* _What to do_
Word for word, set down the entries that follow.

* _Dataset content_
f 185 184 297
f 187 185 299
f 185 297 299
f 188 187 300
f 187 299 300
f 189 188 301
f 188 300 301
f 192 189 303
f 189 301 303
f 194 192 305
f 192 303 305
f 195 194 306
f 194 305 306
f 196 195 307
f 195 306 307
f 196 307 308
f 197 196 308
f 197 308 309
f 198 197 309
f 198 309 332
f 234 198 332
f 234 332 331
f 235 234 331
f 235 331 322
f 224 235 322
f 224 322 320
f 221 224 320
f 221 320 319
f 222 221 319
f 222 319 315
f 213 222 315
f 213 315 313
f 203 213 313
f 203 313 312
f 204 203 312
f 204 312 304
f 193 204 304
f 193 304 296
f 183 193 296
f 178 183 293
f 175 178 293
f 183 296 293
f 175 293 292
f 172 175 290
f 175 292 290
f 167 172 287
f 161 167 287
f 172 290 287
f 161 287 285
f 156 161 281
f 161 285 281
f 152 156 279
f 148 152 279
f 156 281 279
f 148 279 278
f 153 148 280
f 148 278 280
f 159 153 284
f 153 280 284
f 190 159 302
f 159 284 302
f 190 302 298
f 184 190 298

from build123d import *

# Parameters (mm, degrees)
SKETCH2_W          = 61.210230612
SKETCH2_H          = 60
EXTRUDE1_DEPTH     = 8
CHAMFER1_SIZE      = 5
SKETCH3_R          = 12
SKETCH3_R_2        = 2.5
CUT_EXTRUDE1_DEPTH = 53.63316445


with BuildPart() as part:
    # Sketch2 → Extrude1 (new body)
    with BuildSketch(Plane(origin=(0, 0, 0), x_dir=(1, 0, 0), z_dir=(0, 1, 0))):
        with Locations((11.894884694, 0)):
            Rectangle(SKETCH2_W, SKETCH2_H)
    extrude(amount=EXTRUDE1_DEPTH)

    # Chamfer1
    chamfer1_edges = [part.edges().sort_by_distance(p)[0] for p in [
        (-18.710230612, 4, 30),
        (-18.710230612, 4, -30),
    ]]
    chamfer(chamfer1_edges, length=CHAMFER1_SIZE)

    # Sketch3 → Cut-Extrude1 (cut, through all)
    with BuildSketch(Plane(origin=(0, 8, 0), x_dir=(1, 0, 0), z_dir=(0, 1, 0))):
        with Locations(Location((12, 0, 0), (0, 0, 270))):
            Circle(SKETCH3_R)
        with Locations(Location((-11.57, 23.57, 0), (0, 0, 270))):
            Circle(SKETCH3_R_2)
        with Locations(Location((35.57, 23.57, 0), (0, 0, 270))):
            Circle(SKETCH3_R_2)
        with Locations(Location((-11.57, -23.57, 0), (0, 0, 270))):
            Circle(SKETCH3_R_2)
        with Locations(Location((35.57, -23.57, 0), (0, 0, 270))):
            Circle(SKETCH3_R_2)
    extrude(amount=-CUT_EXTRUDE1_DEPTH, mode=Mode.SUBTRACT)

* _Response for this exercise_
f 185 184 297
f 187 185 299
f 185 297 299
f 188 187 300
f 187 299 300
f 189 188 301
f 188 300 301
f 192 189 303
f 189 301 303
f 194 192 305
f 192 303 305
f 195 194 306
f 194 305 306
f 196 195 307
f 195 306 307
f 196 307 308
f 197 196 308
f 197 308 309
f 198 197 309
f 198 309 332
f 234 198 332
f 234 332 331
f 235 234 331
f 235 331 322
f 224 235 322
f 224 322 320
f 221 224 320
f 221 320 319
f 222 221 319
f 222 319 315
f 213 222 315
f 213 315 313
f 203 213 313
f 203 313 312
f 204 203 312
f 204 312 304
f 193 204 304
f 193 304 296
f 183 193 296
f 178 183 293
f 175 178 293
f 183 296 293
f 175 293 292
f 172 175 290
f 175 292 290
f 167 172 287
f 161 167 287
f 172 290 287
f 161 287 285
f 156 161 281
f 161 285 281
f 152 156 279
f 148 152 279
f 156 281 279
f 148 279 278
f 153 148 280
f 148 278 280
f 159 153 284
f 153 280 284
f 190 159 302
f 159 284 302
f 190 302 298
f 184 190 298

from build123d import *

# Parameters (mm, degrees)
SKETCH2_W          = 61.210230612
SKETCH2_H          = 60
EXTRUDE1_DEPTH     = 8
CHAMFER1_SIZE      = 5
SKETCH3_R          = 12
SKETCH3_R_2        = 2.5
CUT_EXTRUDE1_DEPTH = 53.63316445


with BuildPart() as part:
    # Sketch2 → Extrude1 (new body)
    with BuildSketch(Plane(origin=(0, 0, 0), x_dir=(1, 0, 0), z_dir=(0, 1, 0))):
        with Locations((11.894884694, 0)):
            Rectangle(SKETCH2_W, SKETCH2_H)
    extrude(amount=EXTRUDE1_DEPTH)

    # Chamfer1
    chamfer1_edges = [part.edges().sort_by_distance(p)[0] for p in [
        (-18.710230612, 4, 30),
        (-18.710230612, 4, -30),
    ]]
    chamfer(chamfer1_edges, length=CHAMFER1_SIZE)

    # Sketch3 → Cut-Extrude1 (cut, through all)
    with BuildSketch(Plane(origin=(0, 8, 0), x_dir=(1, 0, 0), z_dir=(0, 1, 0))):
        with Locations(Location((12, 0, 0), (0, 0, 270))):
            Circle(SKETCH3_R)
        with Locations(Location((-11.57, 23.57, 0), (0, 0, 270))):
            Circle(SKETCH3_R_2)
        with Locations(Location((35.57, 23.57, 0), (0, 0, 270))):
            Circle(SKETCH3_R_2)
        with Locations(Location((-11.57, -23.57, 0), (0, 0, 270))):
            Circle(SKETCH3_R_2)
        with Locations(Location((35.57, -23.57, 0), (0, 0, 270))):
            Circle(SKETCH3_R_2)
    extrude(amount=-CUT_EXTRUDE1_DEPTH, mode=Mode.SUBTRACT)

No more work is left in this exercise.